> [Required work]
Search the records that follow and extract every line containing the string "makes".

> [Saved entries]
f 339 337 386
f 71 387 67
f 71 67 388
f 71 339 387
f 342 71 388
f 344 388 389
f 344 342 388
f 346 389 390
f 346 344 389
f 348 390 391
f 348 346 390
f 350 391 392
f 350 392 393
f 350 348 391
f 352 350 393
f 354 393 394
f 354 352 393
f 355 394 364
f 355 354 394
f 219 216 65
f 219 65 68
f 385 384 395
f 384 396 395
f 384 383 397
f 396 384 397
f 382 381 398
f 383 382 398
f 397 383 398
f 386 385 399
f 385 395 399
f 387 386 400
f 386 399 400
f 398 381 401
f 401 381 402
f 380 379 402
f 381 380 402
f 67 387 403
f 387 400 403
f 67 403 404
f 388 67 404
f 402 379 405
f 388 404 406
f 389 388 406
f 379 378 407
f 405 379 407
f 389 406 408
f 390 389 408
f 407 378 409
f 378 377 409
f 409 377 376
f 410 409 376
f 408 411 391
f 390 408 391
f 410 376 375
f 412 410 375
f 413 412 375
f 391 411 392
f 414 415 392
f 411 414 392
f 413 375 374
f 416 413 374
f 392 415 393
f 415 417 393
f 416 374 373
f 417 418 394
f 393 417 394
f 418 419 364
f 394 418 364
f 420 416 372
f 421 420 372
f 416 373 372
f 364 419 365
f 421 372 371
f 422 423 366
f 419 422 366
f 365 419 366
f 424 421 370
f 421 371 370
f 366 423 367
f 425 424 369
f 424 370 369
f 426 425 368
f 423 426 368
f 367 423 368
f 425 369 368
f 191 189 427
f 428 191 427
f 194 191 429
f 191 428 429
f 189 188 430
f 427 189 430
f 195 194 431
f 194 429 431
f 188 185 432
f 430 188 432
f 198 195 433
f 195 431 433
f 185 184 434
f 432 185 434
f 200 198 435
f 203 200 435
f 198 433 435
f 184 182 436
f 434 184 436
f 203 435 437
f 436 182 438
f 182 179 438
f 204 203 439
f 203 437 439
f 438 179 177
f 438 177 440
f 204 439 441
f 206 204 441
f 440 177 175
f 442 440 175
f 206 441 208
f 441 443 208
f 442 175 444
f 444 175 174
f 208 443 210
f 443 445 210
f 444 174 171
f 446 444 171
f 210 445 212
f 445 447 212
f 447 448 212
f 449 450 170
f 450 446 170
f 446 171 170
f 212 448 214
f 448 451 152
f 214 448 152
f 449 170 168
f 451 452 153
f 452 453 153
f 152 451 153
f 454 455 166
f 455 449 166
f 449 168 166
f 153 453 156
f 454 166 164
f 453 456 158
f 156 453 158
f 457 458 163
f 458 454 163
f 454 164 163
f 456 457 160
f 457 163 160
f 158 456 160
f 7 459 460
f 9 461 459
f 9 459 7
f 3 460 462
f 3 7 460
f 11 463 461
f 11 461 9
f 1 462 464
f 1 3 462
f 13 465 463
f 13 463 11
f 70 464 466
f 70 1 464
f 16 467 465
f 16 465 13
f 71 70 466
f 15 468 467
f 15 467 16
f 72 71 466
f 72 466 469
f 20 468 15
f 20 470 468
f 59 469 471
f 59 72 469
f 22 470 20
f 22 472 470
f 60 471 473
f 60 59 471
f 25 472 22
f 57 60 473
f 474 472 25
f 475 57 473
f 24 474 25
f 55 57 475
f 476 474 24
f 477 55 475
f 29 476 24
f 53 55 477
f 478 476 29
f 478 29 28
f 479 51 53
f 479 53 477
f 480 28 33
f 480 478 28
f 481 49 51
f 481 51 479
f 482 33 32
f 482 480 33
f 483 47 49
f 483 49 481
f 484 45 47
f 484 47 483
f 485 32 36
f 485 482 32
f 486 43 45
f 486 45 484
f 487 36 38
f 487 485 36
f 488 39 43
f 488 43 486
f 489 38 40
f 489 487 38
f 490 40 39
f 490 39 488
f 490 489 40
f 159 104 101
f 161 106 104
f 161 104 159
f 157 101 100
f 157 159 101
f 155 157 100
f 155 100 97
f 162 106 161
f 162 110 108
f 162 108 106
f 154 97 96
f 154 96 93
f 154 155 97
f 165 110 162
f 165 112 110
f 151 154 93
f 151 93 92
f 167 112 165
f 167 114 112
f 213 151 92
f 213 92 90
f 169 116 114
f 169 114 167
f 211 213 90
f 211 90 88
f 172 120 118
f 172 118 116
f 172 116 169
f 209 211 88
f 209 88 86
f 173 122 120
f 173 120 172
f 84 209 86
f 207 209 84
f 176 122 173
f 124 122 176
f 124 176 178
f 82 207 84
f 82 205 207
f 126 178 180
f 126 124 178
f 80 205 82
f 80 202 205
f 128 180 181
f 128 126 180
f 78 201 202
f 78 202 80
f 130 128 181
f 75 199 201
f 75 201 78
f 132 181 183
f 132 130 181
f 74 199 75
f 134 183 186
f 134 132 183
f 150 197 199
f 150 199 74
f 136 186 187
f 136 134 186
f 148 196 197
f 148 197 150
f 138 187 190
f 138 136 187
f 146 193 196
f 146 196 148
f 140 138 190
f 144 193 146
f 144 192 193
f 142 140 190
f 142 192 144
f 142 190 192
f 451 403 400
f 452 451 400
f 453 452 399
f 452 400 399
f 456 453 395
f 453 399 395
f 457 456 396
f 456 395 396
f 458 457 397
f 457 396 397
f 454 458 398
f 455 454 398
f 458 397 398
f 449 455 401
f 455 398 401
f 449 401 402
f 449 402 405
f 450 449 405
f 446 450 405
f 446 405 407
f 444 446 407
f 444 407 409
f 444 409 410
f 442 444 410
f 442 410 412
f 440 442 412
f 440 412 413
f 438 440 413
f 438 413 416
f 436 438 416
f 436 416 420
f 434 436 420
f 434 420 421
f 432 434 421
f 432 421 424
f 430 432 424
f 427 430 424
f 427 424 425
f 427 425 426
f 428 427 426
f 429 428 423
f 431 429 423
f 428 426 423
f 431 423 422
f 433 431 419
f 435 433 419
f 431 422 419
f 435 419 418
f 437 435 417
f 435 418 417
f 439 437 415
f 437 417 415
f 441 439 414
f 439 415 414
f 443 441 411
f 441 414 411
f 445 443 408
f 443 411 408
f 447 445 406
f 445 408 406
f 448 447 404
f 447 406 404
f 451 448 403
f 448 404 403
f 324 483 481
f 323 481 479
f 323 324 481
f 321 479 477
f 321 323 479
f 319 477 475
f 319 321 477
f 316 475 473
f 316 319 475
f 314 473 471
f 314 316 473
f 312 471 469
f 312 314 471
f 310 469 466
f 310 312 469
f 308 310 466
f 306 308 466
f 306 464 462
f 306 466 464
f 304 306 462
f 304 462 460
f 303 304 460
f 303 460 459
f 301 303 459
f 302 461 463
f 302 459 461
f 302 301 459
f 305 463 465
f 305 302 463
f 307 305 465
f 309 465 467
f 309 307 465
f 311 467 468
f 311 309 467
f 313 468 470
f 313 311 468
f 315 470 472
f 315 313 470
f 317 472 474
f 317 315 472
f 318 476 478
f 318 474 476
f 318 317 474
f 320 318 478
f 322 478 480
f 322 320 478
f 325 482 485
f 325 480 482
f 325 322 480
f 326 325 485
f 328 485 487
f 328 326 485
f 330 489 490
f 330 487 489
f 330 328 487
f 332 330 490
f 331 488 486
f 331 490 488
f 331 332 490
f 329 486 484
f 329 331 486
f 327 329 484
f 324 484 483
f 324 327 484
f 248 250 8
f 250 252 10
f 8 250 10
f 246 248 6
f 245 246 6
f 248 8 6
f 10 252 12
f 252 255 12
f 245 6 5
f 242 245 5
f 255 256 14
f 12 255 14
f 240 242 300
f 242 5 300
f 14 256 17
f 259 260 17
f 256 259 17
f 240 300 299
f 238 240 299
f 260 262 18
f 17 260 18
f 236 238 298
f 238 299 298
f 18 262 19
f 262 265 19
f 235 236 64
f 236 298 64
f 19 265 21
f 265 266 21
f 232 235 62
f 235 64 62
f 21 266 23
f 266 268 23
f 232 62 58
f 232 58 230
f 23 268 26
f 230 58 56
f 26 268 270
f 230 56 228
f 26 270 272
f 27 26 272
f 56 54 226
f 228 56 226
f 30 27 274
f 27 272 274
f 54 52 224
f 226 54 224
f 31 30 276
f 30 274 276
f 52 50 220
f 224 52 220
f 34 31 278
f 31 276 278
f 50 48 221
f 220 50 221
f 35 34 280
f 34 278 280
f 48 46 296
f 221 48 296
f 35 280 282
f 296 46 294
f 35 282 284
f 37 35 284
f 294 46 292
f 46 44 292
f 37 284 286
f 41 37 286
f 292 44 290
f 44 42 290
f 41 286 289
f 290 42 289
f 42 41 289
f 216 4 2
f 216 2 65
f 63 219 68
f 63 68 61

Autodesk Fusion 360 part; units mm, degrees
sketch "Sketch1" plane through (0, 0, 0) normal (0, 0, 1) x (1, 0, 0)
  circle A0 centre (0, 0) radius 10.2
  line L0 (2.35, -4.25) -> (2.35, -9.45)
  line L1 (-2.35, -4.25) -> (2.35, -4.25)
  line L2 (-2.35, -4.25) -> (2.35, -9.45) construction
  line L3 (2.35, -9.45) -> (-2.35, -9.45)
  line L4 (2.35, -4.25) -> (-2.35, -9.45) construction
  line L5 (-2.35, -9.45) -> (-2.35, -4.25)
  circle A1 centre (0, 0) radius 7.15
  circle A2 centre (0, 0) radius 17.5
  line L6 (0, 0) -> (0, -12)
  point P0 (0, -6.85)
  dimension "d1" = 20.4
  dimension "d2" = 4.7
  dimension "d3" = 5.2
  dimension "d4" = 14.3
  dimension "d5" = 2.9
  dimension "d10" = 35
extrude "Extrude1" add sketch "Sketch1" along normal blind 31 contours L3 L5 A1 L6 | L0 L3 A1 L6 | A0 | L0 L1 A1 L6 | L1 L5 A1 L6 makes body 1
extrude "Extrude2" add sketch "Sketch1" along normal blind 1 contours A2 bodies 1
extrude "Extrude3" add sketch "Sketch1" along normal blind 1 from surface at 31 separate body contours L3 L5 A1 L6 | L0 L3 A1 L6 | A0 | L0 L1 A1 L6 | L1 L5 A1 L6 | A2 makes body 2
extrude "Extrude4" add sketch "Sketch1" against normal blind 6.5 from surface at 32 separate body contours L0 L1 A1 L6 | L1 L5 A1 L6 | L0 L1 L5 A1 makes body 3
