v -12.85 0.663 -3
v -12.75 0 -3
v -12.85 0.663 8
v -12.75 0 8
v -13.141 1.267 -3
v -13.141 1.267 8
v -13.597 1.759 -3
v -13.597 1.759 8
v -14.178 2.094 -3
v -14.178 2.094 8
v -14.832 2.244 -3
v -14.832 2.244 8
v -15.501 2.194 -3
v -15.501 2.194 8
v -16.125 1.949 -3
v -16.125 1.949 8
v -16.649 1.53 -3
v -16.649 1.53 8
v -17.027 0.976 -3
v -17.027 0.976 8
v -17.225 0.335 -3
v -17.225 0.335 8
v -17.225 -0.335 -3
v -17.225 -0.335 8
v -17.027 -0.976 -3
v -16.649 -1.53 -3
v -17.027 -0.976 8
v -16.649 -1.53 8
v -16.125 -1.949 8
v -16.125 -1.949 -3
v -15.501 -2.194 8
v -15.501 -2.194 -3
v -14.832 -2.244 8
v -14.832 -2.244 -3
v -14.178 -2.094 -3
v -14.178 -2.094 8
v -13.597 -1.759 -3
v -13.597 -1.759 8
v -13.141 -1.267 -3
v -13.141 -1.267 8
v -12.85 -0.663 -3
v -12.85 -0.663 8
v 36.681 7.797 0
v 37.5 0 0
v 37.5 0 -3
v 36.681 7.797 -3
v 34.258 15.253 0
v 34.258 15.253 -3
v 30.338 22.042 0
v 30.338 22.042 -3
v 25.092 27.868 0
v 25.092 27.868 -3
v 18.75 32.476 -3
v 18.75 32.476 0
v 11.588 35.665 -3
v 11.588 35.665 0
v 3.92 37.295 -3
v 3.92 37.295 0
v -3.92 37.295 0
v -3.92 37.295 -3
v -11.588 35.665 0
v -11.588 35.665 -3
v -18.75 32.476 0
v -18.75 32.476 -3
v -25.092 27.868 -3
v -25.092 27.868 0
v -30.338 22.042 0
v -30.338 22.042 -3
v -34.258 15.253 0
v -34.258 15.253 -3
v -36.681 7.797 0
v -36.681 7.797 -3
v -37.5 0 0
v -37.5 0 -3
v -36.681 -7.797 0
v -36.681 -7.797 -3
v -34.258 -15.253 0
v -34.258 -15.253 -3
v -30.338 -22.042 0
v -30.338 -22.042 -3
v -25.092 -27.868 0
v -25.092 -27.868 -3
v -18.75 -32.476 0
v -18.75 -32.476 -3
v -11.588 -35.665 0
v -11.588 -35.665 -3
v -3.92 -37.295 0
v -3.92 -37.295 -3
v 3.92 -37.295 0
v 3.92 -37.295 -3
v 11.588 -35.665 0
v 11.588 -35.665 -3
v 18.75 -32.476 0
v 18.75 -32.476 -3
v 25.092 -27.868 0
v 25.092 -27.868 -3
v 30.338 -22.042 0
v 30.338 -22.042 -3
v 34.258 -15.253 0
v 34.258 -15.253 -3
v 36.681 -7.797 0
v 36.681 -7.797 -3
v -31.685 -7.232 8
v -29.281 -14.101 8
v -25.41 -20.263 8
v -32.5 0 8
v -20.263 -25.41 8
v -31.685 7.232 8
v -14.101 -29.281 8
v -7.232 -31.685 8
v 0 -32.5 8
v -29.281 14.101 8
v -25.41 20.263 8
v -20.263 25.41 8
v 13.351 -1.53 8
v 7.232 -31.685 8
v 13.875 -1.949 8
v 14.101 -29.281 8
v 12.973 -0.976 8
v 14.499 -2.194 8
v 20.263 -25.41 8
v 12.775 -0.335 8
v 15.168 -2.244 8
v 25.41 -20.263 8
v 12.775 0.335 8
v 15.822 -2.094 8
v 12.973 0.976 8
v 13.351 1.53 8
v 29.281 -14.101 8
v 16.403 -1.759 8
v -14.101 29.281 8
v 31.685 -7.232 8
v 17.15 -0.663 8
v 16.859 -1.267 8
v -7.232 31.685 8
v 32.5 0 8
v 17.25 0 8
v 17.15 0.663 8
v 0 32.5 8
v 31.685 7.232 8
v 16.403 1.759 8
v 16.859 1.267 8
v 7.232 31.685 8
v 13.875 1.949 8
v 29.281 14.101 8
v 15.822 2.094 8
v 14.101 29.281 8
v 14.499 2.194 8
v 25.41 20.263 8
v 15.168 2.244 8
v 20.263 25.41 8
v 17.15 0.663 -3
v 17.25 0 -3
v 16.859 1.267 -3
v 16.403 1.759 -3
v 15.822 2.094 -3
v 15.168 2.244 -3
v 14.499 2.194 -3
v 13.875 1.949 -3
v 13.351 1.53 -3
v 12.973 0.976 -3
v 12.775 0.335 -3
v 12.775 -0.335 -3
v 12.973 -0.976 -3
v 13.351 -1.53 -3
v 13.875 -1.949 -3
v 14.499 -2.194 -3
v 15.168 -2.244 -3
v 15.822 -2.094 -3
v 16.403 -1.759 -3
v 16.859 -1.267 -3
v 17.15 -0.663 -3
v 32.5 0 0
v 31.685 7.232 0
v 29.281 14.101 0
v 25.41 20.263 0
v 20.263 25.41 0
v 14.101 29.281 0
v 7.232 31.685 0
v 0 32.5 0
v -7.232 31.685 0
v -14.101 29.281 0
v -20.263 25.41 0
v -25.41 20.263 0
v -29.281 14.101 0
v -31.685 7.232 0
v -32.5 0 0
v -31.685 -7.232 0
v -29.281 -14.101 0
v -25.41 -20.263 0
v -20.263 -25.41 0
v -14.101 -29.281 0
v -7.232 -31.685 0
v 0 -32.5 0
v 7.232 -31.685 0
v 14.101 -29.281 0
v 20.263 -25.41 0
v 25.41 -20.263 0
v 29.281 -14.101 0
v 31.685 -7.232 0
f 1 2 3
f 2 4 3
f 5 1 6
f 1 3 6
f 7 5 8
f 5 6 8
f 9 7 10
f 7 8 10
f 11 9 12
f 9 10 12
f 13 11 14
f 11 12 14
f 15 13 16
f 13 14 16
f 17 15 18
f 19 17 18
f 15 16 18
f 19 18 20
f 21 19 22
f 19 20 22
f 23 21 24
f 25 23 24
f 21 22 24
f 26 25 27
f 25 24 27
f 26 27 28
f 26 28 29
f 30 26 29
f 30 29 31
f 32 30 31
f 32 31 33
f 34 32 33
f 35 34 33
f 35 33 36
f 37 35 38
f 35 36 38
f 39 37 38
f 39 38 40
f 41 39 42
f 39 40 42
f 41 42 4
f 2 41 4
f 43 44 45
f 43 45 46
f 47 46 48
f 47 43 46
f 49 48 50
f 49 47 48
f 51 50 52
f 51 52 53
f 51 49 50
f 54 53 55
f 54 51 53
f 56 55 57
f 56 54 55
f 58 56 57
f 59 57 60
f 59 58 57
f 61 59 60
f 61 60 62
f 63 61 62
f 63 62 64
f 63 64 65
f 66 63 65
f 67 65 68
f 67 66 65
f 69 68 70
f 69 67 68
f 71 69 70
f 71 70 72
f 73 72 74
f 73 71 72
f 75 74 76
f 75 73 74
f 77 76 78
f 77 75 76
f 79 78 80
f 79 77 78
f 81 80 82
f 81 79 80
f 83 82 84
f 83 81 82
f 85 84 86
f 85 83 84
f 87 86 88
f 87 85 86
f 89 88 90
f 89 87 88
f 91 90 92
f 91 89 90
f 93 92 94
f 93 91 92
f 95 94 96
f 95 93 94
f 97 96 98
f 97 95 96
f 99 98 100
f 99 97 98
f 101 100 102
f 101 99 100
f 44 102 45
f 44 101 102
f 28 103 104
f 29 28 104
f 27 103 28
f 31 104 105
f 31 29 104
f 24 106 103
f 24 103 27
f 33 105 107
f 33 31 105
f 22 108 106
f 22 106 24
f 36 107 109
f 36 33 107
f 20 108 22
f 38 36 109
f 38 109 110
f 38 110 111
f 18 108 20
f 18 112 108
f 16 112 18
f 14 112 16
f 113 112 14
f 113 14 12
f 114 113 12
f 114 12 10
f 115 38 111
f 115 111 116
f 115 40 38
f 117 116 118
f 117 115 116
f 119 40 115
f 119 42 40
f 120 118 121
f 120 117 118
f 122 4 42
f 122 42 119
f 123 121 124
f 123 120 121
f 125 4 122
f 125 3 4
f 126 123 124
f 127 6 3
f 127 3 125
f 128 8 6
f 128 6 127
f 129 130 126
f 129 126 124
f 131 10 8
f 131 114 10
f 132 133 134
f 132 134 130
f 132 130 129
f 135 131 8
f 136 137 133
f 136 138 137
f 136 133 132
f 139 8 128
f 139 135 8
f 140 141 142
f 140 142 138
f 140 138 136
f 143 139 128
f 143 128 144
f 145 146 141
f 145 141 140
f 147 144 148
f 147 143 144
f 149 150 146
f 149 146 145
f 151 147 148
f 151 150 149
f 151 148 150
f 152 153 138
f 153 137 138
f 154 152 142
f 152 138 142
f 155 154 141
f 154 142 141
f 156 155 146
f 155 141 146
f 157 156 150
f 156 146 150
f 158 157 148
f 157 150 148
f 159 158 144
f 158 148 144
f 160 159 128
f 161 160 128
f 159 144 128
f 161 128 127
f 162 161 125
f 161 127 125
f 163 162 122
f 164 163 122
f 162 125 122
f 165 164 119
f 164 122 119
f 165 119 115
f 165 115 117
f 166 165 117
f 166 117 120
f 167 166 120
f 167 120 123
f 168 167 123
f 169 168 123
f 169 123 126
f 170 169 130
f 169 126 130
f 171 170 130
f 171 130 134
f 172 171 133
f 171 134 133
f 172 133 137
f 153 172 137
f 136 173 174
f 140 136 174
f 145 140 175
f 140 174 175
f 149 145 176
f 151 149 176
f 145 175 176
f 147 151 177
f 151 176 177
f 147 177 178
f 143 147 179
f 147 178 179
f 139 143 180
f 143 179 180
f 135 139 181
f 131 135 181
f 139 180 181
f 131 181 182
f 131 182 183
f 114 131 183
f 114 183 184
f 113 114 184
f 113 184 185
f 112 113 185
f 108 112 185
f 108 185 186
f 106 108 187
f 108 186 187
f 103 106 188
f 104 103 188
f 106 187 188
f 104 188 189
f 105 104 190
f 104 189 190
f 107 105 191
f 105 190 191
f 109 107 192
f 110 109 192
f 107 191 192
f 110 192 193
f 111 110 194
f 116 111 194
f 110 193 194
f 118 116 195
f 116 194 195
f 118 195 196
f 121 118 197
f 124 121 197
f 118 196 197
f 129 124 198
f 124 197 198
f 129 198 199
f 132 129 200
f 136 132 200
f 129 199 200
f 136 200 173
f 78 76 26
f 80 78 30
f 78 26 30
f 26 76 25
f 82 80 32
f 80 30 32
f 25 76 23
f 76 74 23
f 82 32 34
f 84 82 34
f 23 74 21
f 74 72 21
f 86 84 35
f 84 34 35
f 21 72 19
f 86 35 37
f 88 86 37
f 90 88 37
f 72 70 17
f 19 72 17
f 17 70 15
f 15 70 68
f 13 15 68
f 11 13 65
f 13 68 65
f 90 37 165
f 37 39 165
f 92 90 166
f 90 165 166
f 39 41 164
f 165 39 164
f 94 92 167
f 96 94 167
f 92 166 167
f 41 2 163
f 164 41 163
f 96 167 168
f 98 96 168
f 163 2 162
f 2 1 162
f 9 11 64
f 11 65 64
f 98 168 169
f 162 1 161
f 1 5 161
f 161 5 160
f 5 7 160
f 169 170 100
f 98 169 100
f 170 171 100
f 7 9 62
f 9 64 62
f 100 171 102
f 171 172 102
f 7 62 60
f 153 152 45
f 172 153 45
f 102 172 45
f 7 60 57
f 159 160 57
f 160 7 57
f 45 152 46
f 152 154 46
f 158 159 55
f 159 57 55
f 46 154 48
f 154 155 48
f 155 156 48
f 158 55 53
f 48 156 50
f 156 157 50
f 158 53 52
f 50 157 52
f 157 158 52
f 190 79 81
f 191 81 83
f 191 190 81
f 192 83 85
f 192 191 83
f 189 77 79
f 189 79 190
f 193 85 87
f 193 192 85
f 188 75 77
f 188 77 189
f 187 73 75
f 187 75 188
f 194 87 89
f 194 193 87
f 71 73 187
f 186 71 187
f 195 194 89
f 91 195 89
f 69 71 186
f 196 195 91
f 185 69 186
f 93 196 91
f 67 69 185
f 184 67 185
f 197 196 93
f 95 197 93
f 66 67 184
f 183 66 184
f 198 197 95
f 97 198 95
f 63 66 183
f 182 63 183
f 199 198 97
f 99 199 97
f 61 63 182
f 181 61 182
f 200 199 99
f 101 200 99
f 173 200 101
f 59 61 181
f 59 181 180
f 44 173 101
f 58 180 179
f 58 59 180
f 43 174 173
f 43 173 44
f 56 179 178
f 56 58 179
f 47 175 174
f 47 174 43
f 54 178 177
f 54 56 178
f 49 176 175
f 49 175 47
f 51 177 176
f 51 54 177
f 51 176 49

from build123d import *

# Parameters (mm, degrees)
SKETCH_R          = 32.5
PAD_DEPTH         = 8
SKETCH001_R       = 37.5
PAD001_DEPTH      = 3
SKETCH002_R       = 2.25
POCKET_DEPTH      = 3.001
POCKET_DEPTH_BACK = -8.001


with BuildPart() as part:
    # Sketch → Pad (new body)
    with BuildSketch(Plane.XY):
        Circle(SKETCH_R)
    extrude(amount=PAD_DEPTH)

    # Sketch001 → Pad001 (join)
    with BuildSketch(Plane.XY):
        Circle(SKETCH001_R)
    extrude(amount=-PAD001_DEPTH)

    # Sketch002 → Pocket (cut, two sides)
    with BuildSketch(Plane.XY) as pocket_sk:
        with Locations((-15, 0)):
            Circle(SKETCH002_R)
        with Locations((15, 0)):
            Circle(SKETCH002_R)
    extrude(amount=-POCKET_DEPTH, mode=Mode.SUBTRACT)
    extrude(pocket_sk.sketch, amount=-POCKET_DEPTH_BACK, mode=Mode.SUBTRACT)


solid = part.part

> [Solution for this problem]
extrude "Extrude1" add sketch "Sketch1" along normal blind 31 contours L3 L5 A1 L6 | L0 L3 A1 L6 | A0 | L0 L1 A1 L6 | L1 L5 A1 L6 makes body 1
extrude "Extrude3" add sketch "Sketch1" along normal blind 1 from surface at 31 separate body contours L3 L5 A1 L6 | L0 L3 A1 L6 | A0 | L0 L1 A1 L6 | L1 L5 A1 L6 | A2 makes body 2
extrude "Extrude4" add sketch "Sketch1" against normal blind 6.5 from surface at 32 separate body contours L0 L1 A1 L6 | L1 L5 A1 L6 | L0 L1 L5 A1 makes body 3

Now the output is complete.